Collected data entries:
Content starts

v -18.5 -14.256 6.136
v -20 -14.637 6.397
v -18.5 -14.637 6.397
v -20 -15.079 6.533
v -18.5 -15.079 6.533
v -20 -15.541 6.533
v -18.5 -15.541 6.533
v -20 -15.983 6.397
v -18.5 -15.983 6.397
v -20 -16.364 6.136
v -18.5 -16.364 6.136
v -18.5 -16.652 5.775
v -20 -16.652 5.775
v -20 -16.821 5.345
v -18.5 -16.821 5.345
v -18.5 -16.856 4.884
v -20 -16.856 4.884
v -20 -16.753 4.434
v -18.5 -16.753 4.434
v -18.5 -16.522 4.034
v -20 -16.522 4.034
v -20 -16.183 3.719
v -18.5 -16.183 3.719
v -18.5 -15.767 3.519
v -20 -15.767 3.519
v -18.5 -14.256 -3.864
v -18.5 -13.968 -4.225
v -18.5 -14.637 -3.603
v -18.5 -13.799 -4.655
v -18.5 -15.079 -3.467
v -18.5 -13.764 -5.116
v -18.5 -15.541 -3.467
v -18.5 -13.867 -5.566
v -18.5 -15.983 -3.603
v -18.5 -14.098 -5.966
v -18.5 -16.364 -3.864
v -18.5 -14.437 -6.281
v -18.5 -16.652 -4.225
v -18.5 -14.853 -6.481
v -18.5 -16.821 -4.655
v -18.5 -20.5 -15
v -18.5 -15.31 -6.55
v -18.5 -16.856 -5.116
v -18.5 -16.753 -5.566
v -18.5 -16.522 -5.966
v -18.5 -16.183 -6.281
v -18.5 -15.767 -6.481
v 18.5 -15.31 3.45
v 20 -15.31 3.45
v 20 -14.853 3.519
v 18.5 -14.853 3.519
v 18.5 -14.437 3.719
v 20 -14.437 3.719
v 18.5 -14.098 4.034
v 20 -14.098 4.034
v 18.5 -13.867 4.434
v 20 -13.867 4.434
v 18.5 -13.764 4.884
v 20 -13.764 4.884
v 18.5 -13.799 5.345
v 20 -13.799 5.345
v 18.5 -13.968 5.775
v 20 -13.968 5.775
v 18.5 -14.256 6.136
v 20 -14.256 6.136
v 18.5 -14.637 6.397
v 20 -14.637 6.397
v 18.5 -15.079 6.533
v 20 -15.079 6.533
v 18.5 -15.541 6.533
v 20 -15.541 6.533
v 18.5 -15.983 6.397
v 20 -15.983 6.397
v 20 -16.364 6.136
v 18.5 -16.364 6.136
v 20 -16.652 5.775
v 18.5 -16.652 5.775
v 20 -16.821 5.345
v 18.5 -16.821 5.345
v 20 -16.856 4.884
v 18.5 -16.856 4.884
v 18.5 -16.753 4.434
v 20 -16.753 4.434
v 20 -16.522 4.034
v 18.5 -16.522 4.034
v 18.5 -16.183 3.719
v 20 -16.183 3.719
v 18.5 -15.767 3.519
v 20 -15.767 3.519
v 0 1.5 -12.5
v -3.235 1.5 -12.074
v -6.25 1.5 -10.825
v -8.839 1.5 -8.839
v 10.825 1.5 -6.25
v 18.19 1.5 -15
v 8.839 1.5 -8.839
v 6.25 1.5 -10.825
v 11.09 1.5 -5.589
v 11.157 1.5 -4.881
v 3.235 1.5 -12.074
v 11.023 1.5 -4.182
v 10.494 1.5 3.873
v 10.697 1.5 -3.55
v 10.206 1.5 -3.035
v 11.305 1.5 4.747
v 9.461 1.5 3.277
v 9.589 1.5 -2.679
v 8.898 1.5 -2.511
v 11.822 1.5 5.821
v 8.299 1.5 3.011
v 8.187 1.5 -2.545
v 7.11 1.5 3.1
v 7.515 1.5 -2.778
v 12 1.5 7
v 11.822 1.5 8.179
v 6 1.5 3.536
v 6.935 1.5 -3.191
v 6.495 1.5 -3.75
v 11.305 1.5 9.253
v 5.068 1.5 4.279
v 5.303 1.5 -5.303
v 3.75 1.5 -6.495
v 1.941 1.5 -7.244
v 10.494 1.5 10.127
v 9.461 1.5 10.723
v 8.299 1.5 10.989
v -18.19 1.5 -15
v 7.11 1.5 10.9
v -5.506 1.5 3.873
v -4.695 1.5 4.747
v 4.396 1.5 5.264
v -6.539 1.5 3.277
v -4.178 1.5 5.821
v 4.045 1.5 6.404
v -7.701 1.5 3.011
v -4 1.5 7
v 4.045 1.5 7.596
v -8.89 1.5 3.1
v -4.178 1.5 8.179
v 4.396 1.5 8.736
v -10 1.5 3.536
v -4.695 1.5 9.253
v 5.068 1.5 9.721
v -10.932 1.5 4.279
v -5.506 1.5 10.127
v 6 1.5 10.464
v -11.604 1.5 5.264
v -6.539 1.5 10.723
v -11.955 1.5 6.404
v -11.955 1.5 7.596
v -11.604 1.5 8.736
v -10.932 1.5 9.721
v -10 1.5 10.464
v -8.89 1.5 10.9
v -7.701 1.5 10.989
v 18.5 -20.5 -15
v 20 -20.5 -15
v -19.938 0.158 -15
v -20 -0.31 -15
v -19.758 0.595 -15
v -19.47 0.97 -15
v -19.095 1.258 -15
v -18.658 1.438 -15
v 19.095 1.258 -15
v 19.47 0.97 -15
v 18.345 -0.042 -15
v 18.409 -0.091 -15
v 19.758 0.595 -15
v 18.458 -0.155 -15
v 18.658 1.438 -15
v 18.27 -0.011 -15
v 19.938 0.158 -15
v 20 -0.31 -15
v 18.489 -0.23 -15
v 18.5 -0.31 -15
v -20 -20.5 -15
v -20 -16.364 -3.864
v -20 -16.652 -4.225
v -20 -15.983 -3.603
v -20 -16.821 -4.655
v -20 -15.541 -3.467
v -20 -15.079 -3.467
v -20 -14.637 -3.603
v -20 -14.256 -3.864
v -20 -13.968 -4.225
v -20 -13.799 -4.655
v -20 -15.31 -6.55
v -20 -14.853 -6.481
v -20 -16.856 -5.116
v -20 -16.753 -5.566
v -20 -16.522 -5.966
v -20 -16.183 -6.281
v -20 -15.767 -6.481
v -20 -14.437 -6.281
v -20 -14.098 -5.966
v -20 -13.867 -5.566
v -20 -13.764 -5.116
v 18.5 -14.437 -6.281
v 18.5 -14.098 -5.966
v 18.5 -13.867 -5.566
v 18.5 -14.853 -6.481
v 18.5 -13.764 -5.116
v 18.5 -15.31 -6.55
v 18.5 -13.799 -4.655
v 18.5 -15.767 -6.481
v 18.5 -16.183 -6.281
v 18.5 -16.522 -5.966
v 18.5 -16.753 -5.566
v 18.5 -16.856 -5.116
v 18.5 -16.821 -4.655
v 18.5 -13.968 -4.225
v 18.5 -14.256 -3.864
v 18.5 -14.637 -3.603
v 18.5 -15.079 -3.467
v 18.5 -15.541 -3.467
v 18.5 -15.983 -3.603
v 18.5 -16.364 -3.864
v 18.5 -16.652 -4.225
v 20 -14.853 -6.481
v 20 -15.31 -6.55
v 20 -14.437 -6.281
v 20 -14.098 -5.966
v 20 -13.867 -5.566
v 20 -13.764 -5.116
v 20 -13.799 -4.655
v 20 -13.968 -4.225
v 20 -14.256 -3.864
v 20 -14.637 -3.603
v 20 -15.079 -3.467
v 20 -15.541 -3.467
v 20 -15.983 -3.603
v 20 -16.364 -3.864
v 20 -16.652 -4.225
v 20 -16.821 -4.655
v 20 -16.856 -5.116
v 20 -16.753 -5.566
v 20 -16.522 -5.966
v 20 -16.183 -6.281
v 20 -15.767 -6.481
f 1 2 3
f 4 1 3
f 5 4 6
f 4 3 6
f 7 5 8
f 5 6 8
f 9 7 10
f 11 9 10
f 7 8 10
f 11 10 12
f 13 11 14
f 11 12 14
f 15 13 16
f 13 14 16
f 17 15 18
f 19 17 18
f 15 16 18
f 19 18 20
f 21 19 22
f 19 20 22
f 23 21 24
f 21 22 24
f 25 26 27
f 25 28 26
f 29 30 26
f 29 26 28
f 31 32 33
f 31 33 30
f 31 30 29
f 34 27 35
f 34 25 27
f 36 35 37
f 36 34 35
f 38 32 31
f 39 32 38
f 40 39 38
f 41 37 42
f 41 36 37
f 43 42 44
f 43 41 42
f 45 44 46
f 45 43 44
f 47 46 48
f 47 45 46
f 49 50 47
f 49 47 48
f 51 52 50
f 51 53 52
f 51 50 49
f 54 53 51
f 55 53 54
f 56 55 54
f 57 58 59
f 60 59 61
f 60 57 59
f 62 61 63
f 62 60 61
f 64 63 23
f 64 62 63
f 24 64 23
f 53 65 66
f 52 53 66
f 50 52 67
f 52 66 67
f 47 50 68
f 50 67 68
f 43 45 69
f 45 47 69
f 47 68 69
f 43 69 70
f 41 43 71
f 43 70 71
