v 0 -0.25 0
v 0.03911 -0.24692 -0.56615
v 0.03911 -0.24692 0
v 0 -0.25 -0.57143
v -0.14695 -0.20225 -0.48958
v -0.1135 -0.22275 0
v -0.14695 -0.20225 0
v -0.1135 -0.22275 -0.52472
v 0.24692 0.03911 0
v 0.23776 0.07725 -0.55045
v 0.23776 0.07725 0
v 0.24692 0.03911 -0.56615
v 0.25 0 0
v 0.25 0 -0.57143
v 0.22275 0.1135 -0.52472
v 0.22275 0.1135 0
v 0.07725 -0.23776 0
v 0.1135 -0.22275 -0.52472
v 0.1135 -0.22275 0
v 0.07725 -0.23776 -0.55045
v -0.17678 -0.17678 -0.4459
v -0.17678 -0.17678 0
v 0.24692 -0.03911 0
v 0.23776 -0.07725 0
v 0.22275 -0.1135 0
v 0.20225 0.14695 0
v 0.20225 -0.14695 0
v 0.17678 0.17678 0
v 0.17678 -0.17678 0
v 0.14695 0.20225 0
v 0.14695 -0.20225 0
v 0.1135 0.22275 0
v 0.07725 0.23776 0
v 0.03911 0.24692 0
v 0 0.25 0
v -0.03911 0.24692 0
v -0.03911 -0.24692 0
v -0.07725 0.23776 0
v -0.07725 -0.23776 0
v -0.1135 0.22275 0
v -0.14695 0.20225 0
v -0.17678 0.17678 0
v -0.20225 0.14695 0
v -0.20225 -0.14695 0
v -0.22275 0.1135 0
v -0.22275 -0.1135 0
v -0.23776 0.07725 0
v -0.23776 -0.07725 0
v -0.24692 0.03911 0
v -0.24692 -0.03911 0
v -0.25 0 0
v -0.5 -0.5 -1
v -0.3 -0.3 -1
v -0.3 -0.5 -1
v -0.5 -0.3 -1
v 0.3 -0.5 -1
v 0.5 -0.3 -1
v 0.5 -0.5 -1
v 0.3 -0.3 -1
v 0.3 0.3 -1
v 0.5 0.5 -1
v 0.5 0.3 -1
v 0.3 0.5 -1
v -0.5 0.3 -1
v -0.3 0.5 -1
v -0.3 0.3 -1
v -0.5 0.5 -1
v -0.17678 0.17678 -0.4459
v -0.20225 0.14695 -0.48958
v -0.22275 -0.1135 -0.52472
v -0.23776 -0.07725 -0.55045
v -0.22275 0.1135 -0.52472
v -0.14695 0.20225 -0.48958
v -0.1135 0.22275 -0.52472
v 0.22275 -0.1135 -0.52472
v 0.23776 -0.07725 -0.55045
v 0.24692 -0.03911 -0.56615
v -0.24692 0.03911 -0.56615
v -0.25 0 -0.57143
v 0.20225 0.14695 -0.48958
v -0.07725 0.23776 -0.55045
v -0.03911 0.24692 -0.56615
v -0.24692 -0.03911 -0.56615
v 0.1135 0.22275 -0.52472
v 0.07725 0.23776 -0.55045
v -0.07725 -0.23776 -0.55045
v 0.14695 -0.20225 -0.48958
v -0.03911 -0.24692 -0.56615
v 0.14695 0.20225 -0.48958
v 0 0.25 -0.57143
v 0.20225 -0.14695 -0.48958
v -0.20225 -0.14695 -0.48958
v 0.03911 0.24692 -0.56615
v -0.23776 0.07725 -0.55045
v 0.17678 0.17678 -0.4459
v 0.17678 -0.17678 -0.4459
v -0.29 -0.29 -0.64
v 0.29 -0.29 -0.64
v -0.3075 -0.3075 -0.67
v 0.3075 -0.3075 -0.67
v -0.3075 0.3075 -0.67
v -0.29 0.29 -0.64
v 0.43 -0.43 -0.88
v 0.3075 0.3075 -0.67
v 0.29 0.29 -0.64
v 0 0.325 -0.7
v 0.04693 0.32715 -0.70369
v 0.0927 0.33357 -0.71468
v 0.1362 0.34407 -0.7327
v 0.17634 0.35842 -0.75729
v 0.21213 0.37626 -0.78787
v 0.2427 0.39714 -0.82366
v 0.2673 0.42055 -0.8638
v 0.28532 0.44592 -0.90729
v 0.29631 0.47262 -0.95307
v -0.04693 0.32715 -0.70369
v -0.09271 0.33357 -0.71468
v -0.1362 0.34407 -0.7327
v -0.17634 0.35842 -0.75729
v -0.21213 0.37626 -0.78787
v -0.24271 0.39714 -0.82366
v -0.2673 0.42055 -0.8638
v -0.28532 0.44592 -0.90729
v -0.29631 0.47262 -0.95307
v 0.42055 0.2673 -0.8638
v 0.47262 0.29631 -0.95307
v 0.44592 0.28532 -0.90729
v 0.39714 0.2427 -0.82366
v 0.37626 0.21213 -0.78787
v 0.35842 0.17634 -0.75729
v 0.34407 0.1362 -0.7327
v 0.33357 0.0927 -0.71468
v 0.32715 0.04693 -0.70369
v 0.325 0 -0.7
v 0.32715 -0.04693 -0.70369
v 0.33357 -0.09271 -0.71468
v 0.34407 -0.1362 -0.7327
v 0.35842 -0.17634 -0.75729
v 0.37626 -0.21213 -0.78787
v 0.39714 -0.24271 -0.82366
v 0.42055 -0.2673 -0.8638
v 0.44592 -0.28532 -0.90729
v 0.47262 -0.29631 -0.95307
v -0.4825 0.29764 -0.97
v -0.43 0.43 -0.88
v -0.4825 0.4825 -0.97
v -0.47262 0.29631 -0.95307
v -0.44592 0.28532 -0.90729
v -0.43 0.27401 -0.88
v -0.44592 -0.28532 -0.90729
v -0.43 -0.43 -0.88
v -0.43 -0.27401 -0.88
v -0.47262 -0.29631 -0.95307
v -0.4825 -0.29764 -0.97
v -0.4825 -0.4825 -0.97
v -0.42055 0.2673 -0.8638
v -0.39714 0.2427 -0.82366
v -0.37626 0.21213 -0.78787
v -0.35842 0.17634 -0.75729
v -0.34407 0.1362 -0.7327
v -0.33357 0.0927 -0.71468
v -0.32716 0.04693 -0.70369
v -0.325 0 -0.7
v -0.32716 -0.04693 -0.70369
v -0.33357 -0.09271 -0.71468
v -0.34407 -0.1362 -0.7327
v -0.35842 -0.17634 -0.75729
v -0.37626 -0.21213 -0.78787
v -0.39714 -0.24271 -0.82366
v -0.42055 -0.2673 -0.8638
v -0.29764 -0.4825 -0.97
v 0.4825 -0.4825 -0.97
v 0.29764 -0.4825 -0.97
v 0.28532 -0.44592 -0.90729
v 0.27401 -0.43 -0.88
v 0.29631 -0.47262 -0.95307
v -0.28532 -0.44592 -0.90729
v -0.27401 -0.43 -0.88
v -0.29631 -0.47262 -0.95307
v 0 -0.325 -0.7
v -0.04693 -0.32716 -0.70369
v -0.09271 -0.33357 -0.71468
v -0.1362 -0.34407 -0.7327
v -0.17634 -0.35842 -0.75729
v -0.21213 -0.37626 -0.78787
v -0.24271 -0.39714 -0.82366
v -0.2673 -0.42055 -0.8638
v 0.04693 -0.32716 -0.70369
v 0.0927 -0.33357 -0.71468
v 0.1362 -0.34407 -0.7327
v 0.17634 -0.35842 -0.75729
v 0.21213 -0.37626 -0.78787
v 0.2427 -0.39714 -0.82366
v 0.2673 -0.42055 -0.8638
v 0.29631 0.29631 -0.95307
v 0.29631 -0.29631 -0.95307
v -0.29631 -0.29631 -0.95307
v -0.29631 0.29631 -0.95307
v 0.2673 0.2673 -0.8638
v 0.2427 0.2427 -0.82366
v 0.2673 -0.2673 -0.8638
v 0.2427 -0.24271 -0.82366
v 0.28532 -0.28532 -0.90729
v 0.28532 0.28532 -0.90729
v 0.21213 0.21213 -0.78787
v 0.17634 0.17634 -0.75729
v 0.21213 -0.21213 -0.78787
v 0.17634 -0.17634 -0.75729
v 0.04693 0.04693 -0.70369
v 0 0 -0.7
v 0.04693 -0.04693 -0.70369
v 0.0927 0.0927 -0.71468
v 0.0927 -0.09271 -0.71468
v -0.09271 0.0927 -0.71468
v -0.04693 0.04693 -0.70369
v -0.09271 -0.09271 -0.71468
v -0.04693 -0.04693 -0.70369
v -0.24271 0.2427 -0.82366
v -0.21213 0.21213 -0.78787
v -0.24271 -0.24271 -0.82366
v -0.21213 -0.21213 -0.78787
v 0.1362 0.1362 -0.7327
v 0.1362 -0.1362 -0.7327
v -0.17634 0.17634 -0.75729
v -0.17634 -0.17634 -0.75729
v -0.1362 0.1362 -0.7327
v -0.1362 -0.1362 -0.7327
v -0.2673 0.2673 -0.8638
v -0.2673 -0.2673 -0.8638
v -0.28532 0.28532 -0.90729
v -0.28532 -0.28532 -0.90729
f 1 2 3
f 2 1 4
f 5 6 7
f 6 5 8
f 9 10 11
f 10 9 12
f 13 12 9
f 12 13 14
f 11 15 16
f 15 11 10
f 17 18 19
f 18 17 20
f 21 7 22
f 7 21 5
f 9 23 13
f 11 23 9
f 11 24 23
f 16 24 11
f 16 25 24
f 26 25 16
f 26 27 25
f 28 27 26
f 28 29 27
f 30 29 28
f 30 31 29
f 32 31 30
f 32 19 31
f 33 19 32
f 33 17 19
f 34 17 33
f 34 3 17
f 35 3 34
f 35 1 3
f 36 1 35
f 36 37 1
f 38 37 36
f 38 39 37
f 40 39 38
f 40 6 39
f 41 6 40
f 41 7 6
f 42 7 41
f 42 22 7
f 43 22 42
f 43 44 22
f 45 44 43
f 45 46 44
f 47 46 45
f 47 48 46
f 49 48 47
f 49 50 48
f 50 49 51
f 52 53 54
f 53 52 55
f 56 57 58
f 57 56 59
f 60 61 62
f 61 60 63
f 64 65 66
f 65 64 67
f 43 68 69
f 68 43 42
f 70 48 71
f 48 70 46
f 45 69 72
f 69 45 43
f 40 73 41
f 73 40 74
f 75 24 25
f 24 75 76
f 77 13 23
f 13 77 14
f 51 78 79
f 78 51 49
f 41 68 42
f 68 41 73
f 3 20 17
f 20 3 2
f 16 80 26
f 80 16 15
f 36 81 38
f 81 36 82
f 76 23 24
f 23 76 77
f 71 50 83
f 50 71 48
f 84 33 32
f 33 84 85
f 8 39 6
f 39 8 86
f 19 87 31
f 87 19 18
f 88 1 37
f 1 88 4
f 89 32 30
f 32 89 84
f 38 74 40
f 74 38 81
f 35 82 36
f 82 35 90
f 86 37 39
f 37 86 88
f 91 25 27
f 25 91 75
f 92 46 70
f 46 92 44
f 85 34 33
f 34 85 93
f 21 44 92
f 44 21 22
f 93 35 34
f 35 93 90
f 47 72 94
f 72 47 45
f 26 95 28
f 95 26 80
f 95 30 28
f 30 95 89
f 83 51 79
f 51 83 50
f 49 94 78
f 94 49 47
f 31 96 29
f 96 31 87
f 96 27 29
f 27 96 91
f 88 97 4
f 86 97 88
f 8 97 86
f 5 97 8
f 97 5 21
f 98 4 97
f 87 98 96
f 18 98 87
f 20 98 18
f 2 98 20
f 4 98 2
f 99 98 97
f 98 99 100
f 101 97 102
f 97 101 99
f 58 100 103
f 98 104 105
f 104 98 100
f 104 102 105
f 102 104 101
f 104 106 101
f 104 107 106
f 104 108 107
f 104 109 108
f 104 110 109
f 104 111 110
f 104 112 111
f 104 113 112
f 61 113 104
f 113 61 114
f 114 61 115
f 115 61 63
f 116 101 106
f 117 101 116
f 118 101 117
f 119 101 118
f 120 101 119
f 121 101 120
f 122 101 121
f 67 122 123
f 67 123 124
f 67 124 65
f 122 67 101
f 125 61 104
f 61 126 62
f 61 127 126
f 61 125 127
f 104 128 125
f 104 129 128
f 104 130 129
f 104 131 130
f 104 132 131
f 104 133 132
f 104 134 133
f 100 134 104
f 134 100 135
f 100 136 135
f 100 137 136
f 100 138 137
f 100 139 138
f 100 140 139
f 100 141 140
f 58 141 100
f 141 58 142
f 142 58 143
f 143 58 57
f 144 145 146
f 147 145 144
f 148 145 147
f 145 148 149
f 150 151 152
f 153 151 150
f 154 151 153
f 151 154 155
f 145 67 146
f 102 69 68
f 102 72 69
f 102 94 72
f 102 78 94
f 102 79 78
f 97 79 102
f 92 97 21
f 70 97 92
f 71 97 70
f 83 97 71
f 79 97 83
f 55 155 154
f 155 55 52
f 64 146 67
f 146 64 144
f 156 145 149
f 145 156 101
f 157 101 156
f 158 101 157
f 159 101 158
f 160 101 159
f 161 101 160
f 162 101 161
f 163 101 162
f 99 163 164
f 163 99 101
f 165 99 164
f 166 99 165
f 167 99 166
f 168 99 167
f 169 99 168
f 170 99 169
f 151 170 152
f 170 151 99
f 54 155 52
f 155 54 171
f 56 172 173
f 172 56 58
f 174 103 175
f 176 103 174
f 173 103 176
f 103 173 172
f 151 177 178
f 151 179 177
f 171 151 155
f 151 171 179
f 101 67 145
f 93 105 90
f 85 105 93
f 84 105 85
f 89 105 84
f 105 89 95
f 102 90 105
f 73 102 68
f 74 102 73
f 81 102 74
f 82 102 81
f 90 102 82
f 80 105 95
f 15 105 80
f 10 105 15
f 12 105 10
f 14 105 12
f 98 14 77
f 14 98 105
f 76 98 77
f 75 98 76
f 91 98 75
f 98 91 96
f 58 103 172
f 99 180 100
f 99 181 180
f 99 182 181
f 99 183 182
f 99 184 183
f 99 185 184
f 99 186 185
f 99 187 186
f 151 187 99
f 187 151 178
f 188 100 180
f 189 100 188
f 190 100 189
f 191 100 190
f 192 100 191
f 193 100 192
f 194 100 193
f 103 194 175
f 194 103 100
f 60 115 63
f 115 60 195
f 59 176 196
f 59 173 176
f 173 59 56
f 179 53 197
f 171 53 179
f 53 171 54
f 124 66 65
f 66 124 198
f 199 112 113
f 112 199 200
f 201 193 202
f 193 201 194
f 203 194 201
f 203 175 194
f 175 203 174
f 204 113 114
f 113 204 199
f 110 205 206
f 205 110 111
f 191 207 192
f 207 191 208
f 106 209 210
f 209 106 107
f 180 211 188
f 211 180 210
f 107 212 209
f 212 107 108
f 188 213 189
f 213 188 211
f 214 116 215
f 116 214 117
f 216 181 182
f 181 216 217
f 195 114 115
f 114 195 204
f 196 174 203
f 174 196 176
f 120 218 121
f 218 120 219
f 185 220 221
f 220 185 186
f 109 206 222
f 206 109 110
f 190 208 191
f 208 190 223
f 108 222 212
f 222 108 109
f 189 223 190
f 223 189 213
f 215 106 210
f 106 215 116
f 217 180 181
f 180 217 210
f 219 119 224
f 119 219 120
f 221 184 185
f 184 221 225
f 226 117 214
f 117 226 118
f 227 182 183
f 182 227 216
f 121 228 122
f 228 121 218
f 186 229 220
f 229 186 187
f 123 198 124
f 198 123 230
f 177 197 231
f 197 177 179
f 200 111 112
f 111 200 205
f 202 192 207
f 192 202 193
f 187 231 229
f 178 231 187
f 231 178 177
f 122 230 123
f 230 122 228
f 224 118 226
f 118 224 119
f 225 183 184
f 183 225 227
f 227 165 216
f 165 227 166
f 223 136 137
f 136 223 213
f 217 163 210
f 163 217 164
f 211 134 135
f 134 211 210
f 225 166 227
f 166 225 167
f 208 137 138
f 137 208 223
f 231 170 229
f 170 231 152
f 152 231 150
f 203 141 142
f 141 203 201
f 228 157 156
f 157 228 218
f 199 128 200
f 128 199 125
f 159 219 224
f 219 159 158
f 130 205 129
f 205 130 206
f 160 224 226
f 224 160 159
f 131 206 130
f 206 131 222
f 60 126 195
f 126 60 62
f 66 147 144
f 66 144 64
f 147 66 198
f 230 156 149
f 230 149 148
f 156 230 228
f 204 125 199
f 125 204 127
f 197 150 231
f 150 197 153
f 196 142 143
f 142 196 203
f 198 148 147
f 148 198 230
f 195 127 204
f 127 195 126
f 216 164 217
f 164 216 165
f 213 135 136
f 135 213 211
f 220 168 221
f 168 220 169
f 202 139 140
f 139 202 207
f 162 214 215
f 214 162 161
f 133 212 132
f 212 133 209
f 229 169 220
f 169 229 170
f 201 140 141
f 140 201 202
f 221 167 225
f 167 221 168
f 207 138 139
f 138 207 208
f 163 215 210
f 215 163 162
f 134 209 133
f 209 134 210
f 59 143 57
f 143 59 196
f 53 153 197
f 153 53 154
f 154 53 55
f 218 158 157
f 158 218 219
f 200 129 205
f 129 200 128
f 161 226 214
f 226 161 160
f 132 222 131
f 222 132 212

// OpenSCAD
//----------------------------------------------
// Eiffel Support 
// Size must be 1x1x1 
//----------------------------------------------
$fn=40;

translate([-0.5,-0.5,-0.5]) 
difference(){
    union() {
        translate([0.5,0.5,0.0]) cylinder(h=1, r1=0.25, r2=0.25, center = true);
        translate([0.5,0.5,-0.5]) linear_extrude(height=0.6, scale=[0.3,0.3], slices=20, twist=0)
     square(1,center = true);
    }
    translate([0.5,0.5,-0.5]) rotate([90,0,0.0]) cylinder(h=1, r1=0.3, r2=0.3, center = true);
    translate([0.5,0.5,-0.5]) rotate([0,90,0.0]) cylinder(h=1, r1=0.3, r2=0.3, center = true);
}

Content ends

**Problem statement:** Repeat exactly the lines of the data from the first one through the line with "v 18.5 -16.652 5.775", both of them included.

**Solved problem:**
v -18.5 -14.256 6.136
v -20 -14.637 6.397
v -18.5 -14.637 6.397
v -20 -15.079 6.533
v -18.5 -15.079 6.533
v -20 -15.541 6.533
v -18.5 -15.541 6.533
v -20 -15.983 6.397
v -18.5 -15.983 6.397
v -20 -16.364 6.136
v -18.5 -16.364 6.136
v -18.5 -16.652 5.775
v -20 -16.652 5.775
v -20 -16.821 5.345
v -18.5 -16.821 5.345
v -18.5 -16.856 4.884
v -20 -16.856 4.884
v -20 -16.753 4.434
v -18.5 -16.753 4.434
v -18.5 -16.522 4.034
v -20 -16.522 4.034
v -20 -16.183 3.719
v -18.5 -16.183 3.719
v -18.5 -15.767 3.519
v -20 -15.767 3.519
v -18.5 -14.256 -3.864
v -18.5 -13.968 -4.225
v -18.5 -14.637 -3.603
v -18.5 -13.799 -4.655
v -18.5 -15.079 -3.467
v -18.5 -13.764 -5.116
v -18.5 -15.541 -3.467
v -18.5 -13.867 -5.566
v -18.5 -15.983 -3.603
v -18.5 -14.098 -5.966
v -18.5 -16.364 -3.864
v -18.5 -14.437 -6.281
v -18.5 -16.652 -4.225
v -18.5 -14.853 -6.481
v -18.5 -16.821 -4.655
v -18.5 -20.5 -15
v -18.5 -15.31 -6.55
v -18.5 -16.856 -5.116
v -18.5 -16.753 -5.566
v -18.5 -16.522 -5.966
v -18.5 -16.183 -6.281
v -18.5 -15.767 -6.481
v 18.5 -15.31 3.45
v 20 -15.31 3.45
v 20 -14.853 3.519
v 18.5 -14.853 3.519
v 18.5 -14.437 3.719
v 20 -14.437 3.719
v 18.5 -14.098 4.034
v 20 -14.098 4.034
v 18.5 -13.867 4.434
v 20 -13.867 4.434
v 18.5 -13.764 4.884
v 20 -13.764 4.884
v 18.5 -13.799 5.345
v 20 -13.799 5.345
v 18.5 -13.968 5.775
v 20 -13.968 5.775
v 18.5 -14.256 6.136
v 20 -14.256 6.136
v 18.5 -14.637 6.397
v 20 -14.637 6.397
v 18.5 -15.079 6.533
v 20 -15.079 6.533
v 18.5 -15.541 6.533
v 20 -15.541 6.533
v 18.5 -15.983 6.397
v 20 -15.983 6.397
v 20 -16.364 6.136
v 18.5 -16.364 6.136
v 20 -16.652 5.775
v 18.5 -16.652 5.775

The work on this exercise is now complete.